* What needs to be done
Check every line of the data below for "with". Copy each one that has it.

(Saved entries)
- - - - -

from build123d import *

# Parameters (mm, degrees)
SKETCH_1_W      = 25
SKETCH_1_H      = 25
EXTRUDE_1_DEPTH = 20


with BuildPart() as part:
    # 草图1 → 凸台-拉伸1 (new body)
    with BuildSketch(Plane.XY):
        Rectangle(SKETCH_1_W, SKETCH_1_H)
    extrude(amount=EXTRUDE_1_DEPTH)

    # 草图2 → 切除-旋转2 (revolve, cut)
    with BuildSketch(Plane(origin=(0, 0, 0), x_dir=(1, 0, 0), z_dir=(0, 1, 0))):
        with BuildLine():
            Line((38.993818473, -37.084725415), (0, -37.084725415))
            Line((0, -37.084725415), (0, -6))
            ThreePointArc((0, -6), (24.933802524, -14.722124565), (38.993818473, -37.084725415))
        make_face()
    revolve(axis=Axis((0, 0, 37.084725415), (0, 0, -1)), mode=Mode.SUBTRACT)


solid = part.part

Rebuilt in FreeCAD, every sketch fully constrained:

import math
import FreeCAD as App
import Part
import Sketcher

V = App.Vector

doc = App.newDocument("Part")
body = doc.addObject("PartDesign::Body", "Body")

# Sketch on XY plane
sketch1 = body.newObject("Sketcher::SketchObject", "Sketch")
sketch1.AttachmentSupport = (doc.getObject("XY_Plane"), [""])
sketch1.MapMode = "FlatFace"
sketch1.addGeometry(Part.LineSegment(V(-12.5, 12.5, 0), V(-12.5, -12.5, 0)), False)
sketch1.addGeometry(Part.LineSegment(V(-12.5, -12.5, 0), V(12.5, -12.5, 0)), False)
sketch1.addGeometry(Part.LineSegment(V(12.5, -12.5, 0), V(12.5, 12.5, 0)), False)
sketch1.addGeometry(Part.LineSegment(V(12.5, 12.5, 0), V(-12.5, 12.5, 0)), False)
sketch1.addConstraint(Sketcher.Constraint("Coincident", 0, 2, 1, 1))
sketch1.addConstraint(Sketcher.Constraint("Coincident", 1, 2, 2, 1))
sketch1.addConstraint(Sketcher.Constraint("Coincident", 2, 2, 3, 1))
sketch1.addConstraint(Sketcher.Constraint("Coincident", 3, 2, 0, 1))
sketch1.addConstraint(Sketcher.Constraint("Vertical", 0))
sketch1.addConstraint(Sketcher.Constraint("Horizontal", 1))
sketch1.addConstraint(Sketcher.Constraint("Vertical", 2))
sketch1.addConstraint(Sketcher.Constraint("Horizontal", 3))
sketch1.addConstraint(Sketcher.Constraint("Symmetric", 0, 2, 2, 2, -1, 1))
sketch1.addConstraint(Sketcher.Constraint("Equal", 3, 0))
sketch1.addConstraint(Sketcher.Constraint("DistanceX", 1, 1, 1, 2, 25.0))
pad1 = body.newObject("PartDesign::Pad", "Pad")
pad1.Profile = sketch1
pad1.Length = 20

# Sketch on XZ plane
sketch2 = body.newObject("Sketcher::SketchObject", "Sketch001")
sketch2.AttachmentSupport = (doc.getObject("XZ_Plane"), [""])
sketch2.MapMode = "FlatFace"
sketch2.addGeometry(Part.LineSegment(V(0, 37.084725, 0), V(38.993818, 37.084725, 0)), False)
sketch2.addGeometry(Part.ArcOfCircle(Part.Circle(V(0, 46, 0), V(0, 0, 1), 40), math.radians(-90), math.radians(-12.878355)), False)
sketch2.addGeometry(Part.LineSegment(V(0, 6, 0), V(0, 37.084725, 0)), False)
sketch2.addConstraint(Sketcher.Constraint("Coincident", 0, 2, 1, 2))
sketch2.addConstraint(Sketcher.Constraint("Coincident", 1, 1, 2, 1))
sketch2.addConstraint(Sketcher.Constraint("Coincident", 2, 2, 0, 1))
sketch2.addConstraint(Sketcher.Constraint("Horizontal", 0))
sketch2.addConstraint(Sketcher.Constraint("Vertical", 2))
sketch2.addConstraint(Sketcher.Constraint("PointOnObject", 1, 3, -2))
sketch2.addConstraint(Sketcher.Constraint("PointOnObject", 1, 1, -2))
sketch2.addConstraint(Sketcher.Constraint("Radius", 1, 40.0))
sketch2.addConstraint(Sketcher.Constraint("DistanceY", -1, 1, 1, 3, 46.0))
sketch2.addConstraint(Sketcher.Constraint("DistanceX", 0, 1, 0, 2, 38.993818))
groove = body.newObject("PartDesign::Groove", "Groove")
groove.Profile = sketch2
groove.ReferenceAxis = (sketch2, ["V_Axis"])
groove.Angle = 360

doc.recompute()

- - - - -

* Written response
with BuildPart() as part:
    with BuildSketch(Plane.XY):
    with BuildSketch(Plane(origin=(0, 0, 0), x_dir=(1, 0, 0), z_dir=(0, 1, 0))):
        with BuildLine():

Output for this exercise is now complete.